TASK PROMPT: Only the lines below starting at the one that contains "e22 v21 v22 LINE" and ending at the one that contains "e26 v25 v26 LINE" are to be reproduced, exactly and with both ends kept.

⟨

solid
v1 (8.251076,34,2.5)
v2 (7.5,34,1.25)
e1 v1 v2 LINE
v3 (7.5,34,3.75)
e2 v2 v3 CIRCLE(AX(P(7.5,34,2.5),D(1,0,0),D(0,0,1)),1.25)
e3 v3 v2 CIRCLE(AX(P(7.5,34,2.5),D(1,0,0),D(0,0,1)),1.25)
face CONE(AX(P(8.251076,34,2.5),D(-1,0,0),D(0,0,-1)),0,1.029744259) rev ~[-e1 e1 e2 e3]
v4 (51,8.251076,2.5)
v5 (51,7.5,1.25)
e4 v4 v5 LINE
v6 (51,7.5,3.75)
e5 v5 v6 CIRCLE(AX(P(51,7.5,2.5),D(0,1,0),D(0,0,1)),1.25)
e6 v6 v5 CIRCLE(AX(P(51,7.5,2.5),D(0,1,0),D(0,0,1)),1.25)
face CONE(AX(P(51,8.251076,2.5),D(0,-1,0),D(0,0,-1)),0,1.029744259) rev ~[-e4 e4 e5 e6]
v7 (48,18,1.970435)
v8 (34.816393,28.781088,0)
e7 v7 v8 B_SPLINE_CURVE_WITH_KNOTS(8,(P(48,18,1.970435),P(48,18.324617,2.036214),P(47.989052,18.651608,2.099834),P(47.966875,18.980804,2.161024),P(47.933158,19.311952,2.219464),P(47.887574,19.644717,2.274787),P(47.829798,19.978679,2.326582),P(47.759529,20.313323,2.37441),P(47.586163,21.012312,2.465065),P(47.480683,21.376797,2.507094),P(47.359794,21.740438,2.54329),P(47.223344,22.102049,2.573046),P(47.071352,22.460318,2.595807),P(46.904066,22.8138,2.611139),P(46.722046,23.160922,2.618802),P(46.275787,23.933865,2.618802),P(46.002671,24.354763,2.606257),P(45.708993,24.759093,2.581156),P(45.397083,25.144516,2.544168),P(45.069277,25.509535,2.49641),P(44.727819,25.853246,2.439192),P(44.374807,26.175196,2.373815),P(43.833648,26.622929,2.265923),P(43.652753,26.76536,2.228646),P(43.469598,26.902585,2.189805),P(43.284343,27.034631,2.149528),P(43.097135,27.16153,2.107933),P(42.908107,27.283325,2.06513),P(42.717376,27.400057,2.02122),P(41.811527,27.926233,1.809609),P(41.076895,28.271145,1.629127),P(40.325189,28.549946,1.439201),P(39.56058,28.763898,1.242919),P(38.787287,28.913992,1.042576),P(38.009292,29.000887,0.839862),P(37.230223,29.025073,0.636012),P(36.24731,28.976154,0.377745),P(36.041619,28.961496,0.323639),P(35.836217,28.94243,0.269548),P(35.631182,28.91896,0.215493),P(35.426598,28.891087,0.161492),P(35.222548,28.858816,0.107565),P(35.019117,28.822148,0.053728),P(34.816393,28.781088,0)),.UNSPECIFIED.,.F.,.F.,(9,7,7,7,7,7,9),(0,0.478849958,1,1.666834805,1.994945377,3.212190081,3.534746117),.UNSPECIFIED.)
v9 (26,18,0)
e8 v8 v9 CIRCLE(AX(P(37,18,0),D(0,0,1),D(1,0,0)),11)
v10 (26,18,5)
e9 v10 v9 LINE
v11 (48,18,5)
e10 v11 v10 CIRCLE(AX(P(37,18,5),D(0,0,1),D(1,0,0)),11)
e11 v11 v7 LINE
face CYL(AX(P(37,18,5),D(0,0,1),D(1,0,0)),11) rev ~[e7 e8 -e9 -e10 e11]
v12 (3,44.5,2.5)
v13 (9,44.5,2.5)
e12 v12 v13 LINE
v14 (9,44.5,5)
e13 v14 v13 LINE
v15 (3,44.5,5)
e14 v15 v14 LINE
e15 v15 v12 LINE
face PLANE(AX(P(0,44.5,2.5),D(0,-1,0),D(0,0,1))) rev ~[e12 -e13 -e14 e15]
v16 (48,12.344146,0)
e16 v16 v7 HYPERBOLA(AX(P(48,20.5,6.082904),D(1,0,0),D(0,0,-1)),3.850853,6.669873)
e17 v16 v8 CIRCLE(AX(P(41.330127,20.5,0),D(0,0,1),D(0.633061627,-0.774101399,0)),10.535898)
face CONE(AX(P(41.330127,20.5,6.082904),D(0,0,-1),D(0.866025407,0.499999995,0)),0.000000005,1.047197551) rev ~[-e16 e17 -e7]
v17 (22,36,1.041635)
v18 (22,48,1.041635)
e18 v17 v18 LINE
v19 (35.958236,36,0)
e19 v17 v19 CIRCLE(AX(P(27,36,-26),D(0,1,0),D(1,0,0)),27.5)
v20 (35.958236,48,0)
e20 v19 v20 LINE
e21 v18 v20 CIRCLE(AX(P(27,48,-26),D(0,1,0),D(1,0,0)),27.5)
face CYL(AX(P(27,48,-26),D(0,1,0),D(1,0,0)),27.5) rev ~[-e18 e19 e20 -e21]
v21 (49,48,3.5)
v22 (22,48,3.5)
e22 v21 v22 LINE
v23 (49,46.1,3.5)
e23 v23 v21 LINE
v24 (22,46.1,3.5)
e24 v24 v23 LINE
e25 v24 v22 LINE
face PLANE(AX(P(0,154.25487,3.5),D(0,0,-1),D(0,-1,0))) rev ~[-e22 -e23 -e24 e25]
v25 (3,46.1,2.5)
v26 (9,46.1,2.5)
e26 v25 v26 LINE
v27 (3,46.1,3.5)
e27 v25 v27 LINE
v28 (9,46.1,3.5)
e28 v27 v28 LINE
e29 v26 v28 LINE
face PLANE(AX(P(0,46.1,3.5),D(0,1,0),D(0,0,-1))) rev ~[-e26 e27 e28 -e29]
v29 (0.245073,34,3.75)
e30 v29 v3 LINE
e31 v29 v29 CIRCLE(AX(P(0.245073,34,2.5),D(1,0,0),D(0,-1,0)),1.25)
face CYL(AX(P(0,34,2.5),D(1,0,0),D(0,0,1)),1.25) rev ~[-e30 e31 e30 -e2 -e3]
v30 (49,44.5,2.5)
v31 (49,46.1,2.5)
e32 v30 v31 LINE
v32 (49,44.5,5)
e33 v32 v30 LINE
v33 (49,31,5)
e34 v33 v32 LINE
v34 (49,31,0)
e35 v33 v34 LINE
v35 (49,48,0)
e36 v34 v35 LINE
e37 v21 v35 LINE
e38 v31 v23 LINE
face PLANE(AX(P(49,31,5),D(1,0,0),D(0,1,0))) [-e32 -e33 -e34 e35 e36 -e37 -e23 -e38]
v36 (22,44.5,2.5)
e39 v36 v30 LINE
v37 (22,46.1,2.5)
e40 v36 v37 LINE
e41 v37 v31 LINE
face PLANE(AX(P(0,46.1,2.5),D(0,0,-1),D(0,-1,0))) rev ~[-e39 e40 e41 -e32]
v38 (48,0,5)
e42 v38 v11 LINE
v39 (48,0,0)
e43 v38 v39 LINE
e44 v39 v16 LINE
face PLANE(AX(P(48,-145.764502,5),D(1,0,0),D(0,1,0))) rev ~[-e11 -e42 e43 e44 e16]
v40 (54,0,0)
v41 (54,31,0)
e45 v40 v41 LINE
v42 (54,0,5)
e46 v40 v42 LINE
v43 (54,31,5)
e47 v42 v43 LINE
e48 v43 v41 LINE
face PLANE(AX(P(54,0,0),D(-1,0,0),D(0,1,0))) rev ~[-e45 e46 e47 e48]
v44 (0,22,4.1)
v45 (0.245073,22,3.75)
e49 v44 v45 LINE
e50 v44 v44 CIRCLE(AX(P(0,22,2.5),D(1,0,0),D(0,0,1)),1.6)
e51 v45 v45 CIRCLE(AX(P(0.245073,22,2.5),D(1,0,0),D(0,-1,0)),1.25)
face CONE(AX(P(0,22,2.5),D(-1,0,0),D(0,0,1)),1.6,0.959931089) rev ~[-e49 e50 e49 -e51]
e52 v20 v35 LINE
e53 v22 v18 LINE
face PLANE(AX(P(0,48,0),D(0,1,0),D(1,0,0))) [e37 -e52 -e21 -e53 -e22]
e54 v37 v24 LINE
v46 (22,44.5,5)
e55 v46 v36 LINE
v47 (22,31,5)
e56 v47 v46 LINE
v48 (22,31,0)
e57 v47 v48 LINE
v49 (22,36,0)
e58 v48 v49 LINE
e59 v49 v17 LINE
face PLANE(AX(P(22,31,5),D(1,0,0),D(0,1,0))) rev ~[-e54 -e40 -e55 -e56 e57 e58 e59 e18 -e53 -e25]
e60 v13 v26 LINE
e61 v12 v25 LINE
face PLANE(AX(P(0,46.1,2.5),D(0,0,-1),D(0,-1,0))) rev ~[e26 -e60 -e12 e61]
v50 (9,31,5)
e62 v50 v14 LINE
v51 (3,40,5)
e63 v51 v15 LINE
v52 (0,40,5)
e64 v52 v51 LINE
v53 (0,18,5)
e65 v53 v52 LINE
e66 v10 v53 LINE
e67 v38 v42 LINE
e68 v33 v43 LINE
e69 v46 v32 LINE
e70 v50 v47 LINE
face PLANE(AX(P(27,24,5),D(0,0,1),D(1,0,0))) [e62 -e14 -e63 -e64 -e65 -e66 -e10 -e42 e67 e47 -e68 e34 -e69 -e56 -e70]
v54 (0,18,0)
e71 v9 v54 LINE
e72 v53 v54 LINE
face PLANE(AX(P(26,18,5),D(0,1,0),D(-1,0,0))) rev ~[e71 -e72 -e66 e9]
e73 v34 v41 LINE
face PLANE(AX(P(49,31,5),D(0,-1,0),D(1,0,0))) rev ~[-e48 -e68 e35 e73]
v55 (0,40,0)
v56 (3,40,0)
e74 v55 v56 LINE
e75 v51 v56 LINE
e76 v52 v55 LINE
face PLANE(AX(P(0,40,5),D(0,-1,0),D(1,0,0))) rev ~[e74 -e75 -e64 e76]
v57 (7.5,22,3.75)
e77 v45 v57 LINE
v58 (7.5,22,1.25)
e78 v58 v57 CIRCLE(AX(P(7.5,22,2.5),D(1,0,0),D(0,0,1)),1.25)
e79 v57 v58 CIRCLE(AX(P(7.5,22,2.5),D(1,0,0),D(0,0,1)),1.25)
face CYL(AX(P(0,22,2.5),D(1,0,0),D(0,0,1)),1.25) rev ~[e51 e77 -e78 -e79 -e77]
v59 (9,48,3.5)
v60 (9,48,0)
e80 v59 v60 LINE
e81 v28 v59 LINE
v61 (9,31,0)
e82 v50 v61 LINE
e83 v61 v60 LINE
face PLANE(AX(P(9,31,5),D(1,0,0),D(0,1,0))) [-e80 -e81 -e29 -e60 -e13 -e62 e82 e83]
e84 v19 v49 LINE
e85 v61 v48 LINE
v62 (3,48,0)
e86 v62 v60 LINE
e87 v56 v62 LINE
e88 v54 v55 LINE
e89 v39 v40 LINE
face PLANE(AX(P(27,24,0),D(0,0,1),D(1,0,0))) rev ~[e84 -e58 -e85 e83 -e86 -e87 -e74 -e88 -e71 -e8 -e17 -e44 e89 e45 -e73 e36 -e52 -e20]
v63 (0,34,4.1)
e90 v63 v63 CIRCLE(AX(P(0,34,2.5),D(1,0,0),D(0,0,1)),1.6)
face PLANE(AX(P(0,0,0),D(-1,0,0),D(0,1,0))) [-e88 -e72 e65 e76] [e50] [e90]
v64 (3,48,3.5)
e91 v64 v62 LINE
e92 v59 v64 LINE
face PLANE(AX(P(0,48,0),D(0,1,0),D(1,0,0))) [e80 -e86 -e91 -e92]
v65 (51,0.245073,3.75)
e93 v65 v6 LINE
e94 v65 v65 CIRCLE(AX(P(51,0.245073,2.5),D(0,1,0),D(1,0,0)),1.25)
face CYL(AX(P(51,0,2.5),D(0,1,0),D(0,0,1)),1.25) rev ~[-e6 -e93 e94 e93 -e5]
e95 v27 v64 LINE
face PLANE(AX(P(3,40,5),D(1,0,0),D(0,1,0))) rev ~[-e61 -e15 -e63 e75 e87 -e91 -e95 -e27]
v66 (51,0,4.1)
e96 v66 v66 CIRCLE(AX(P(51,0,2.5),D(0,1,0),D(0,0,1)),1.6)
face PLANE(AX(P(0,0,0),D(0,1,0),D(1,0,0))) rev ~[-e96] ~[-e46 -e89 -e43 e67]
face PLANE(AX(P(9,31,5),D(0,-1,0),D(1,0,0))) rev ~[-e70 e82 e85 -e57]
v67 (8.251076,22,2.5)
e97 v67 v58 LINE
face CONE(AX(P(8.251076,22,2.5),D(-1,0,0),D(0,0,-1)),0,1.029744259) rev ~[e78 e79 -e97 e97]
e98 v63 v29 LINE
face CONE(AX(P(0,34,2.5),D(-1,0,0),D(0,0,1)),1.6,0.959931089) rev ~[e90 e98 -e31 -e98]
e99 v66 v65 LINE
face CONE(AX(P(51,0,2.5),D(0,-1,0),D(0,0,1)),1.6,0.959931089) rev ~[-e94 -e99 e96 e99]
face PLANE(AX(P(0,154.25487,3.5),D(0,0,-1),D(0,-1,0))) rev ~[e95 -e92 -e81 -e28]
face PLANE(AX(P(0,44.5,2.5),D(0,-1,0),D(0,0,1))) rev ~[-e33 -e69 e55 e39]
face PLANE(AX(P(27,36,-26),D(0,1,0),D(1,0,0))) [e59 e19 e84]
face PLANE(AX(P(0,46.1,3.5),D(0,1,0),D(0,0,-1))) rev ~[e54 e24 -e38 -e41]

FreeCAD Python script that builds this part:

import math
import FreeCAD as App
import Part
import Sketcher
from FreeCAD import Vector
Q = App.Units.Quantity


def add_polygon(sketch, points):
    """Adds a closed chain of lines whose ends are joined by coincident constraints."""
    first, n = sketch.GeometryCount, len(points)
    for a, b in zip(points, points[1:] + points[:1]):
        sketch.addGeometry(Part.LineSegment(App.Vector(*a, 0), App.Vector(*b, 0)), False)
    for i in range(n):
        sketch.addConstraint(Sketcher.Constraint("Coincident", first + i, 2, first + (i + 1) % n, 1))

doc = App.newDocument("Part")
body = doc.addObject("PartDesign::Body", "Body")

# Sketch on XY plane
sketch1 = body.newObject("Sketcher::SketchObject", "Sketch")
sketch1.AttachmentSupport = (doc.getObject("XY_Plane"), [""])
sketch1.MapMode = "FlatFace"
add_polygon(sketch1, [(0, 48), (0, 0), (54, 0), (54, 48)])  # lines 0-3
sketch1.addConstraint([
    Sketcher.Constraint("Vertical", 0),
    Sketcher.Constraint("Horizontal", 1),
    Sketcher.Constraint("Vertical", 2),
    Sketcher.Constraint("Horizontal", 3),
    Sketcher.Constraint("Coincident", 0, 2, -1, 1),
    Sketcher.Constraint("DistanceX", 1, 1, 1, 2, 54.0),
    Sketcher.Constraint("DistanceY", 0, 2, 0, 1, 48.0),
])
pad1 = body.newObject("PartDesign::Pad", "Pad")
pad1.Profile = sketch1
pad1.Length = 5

⟩

ANSWER BOX:
e22 v21 v22 LINE
v23 (49,46.1,3.5)
e23 v23 v21 LINE
v24 (22,46.1,3.5)
e24 v24 v23 LINE
e25 v24 v22 LINE
face PLANE(AX(P(0,154.25487,3.5),D(0,0,-1),D(0,-1,0))) rev ~[-e22 -e23 -e24 e25]
v25 (3,46.1,2.5)
v26 (9,46.1,2.5)
e26 v25 v26 LINE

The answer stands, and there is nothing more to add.